I don't have a flatty but I'd think there would be good quality custom made plug wire sets for them.
As Tedster said, the coil and plug wires are usually called secondary wire. Primary wire is the small wire that goes to the coil, and just about any other wiring in a vehicle. Often currant will bleed off at the coil tower to one of the smaller terminals and you can't see it in daylight. Try running it at night to find arcing. I've seen cars that were a regular light show at night,lol. And still ran I might add.
Lately, after charging up the battery, I can hear the starter engage the engine, and then there's a tiny pop and then there's a sound like air escaping, and then nothing. After one of those, the starter won't engage the engine any more until I've let it sit for a while. Tonight, when I did this, I kept the lights out, and noticed a spark somewhere between the two pink arrows in this shot. This is a vacuum advance canister on the back of the distributor, right?

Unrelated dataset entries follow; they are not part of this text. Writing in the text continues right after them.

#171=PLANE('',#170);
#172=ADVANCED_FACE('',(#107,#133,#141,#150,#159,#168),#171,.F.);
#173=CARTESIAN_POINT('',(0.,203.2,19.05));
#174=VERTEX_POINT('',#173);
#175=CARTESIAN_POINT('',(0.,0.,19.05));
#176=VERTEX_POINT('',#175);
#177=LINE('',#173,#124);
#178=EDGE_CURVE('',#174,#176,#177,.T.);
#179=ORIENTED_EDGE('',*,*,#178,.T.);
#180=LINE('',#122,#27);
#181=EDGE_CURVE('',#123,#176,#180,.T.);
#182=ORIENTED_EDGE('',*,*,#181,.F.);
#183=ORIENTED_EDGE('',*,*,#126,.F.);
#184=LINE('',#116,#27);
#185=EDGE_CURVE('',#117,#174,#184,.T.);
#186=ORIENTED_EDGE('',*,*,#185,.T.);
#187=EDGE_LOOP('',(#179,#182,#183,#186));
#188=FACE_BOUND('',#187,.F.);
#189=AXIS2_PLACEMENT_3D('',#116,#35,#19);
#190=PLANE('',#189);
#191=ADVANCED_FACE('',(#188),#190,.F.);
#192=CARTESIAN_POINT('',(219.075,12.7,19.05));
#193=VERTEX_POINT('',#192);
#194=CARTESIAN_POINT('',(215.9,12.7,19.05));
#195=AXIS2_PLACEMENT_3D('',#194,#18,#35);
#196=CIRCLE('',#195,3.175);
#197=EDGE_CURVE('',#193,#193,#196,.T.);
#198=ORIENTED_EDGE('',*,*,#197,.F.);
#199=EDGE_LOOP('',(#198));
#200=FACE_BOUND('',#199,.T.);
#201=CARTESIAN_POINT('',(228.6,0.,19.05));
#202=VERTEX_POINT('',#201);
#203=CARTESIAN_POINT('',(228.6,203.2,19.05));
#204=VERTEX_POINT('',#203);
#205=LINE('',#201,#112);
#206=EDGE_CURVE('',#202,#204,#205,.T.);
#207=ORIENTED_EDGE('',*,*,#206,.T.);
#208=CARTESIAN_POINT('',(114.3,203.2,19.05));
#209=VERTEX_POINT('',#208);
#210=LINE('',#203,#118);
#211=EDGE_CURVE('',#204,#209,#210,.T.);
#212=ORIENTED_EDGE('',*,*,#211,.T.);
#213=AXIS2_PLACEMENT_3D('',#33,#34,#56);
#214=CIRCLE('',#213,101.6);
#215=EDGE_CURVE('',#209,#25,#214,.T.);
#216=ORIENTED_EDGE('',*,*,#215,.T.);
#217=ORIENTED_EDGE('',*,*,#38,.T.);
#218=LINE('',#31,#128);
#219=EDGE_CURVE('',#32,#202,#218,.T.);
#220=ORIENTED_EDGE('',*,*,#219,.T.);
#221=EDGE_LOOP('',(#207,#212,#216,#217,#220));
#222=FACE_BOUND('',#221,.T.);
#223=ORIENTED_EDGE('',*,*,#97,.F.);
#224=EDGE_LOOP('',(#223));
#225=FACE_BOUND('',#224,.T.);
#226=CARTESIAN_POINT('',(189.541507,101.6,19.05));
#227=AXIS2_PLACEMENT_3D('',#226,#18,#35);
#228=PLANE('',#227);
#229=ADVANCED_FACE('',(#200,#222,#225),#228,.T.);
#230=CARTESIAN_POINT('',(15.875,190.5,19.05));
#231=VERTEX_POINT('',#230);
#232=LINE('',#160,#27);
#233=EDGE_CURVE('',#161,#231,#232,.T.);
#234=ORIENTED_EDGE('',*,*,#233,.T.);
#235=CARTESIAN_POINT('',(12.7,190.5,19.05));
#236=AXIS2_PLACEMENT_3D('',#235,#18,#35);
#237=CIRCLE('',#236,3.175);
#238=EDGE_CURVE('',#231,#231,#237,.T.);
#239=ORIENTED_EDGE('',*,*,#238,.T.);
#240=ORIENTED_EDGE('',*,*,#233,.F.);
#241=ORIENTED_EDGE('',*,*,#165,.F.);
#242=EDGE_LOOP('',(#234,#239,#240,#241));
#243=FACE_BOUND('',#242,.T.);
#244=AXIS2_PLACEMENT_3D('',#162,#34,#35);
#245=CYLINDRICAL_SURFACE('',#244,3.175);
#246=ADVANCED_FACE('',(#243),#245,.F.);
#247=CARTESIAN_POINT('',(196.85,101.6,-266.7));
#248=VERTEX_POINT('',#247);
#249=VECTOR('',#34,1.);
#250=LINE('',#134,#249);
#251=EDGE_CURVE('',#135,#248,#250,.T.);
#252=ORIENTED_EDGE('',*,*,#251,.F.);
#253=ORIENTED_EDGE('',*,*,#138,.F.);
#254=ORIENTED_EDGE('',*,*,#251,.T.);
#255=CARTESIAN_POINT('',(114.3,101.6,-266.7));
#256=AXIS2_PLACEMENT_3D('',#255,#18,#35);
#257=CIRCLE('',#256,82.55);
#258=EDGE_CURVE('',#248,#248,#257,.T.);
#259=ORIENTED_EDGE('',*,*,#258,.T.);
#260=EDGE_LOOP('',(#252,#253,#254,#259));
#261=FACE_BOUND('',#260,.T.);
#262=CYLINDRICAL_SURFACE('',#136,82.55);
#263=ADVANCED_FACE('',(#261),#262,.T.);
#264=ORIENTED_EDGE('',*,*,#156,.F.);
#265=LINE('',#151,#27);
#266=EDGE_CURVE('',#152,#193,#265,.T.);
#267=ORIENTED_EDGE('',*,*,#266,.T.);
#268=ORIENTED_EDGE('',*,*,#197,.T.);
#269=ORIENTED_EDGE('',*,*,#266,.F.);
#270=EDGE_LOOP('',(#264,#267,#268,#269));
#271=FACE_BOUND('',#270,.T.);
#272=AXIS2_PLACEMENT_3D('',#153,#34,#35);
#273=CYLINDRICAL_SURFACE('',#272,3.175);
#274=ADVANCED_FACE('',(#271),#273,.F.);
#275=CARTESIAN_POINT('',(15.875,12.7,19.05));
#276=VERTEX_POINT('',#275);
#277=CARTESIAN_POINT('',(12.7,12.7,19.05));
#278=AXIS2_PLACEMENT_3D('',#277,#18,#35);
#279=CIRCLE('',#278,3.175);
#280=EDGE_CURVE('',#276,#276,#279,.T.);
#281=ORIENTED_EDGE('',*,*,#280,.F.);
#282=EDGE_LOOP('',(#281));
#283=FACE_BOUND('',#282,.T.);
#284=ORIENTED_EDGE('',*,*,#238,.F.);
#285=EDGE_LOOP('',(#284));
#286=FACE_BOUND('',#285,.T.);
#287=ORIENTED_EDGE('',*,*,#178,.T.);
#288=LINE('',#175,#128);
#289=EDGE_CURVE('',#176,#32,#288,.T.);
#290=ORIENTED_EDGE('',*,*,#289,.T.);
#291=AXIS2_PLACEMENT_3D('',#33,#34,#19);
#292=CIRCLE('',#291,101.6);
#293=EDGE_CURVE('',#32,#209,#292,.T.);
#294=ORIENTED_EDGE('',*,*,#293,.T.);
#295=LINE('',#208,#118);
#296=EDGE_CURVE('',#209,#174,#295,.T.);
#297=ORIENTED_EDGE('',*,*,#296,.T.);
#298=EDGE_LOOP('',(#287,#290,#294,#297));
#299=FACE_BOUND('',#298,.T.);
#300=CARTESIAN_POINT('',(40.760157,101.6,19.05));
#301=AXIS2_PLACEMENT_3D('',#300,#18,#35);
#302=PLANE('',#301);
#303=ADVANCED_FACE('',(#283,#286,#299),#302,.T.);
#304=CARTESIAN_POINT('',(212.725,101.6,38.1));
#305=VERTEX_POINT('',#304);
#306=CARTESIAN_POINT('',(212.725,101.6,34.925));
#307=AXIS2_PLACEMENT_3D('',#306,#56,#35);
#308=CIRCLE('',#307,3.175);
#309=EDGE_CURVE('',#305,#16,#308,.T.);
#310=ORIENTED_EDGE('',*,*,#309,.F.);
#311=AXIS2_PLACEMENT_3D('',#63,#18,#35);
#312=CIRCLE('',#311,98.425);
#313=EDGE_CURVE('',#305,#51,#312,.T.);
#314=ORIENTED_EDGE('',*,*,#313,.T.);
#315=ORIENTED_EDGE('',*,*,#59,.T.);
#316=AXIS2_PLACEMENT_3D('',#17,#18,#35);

I also noticed a tiny hinged flap on a tube at the base of the canister, where the green arrow is pointing. Here's a zoomed-in view, with a pink arrow pointing at the tube (the flap is hanging off the back of the tube).
That flap seems like something that should do more than just hang open, but it doesn't seem to want to stay closed. Any ideas what that is or how it should work?
And then I also noticed that the black wire in this picture was worn through the insulation (from the fan belt) where the pink arrow is pointing in this photo (in addition to having a split in the insulation under the tape where the green arrow is pointing).
I think that, at the very least, I should replace the black wire, but I'm wondering if the vacuum canister also needs replacing. Any insights you can share?
I think I just figured out the flap. Apparently, this is a Load-o-Matic distributor with a vacuum advance canister, and the little tube with the flap is a lubrication point for the distributor! What an odd setup...
Old cars had lots of those little oilers. The generator probably has them. One or two drops of non detergent oil, no more, with every service.
The spark, pop, and no crank is a little bizarre, maybe a bad ground somewhere.
I cleaned up the connections for the black wire, and covered the wire up with electricians tape (while I'm waiting for the replacement wire to arrive). I also pulled the plugs, and found that they were in rough shape, so I replaced all of them. After that, the truck started right up, but it sounded funny and I realized that the starter was still going while the engine was going. I killed the engine, and the starter kept cranking away until I disconnected the battery. This is similar to symptoms I've had before, and I've replaced the solenoid twice already so I'm starting to think it's something else. Reading various other posts on the web, I've learned that in some cases, these issues turn out to be mechanical, rather than electrical (Bendix failing to disengage keeps the starter running). Does this make sense? It's hard for me to imagine how a mechanical issue could cause the starter to keep getting electricity.
Did you take the wires off the regulator yet? Old Starter or new? Does the switch on the starter solenoid completely disengage or is it stuck closed? Whack it once to find out.
Did you take the wires off the regulator yet? Old Starter or new? Does the switch on the starter solenoid completely disengage or is it stuck closed? Whack it once to find out.
Yes - the wires are off of the regulator. The starter checked out ok at the starter specialists a couple weeks ago. Not sure about whether the solenoid was getting stuck. Since I posted the message, I moved the wire from the starter switch a bit, because it was angling toward the BATT terminal on the solenoid (not enough to touch, but I figured what the heck). After charging up the battery, it started right up several times in a row with no issues (starter behaved normally). I was prepared to whack the solenoid, but didn't need to. I'll be ready if it happens again. In the meantime, I guess I can start chasing down other gremlins!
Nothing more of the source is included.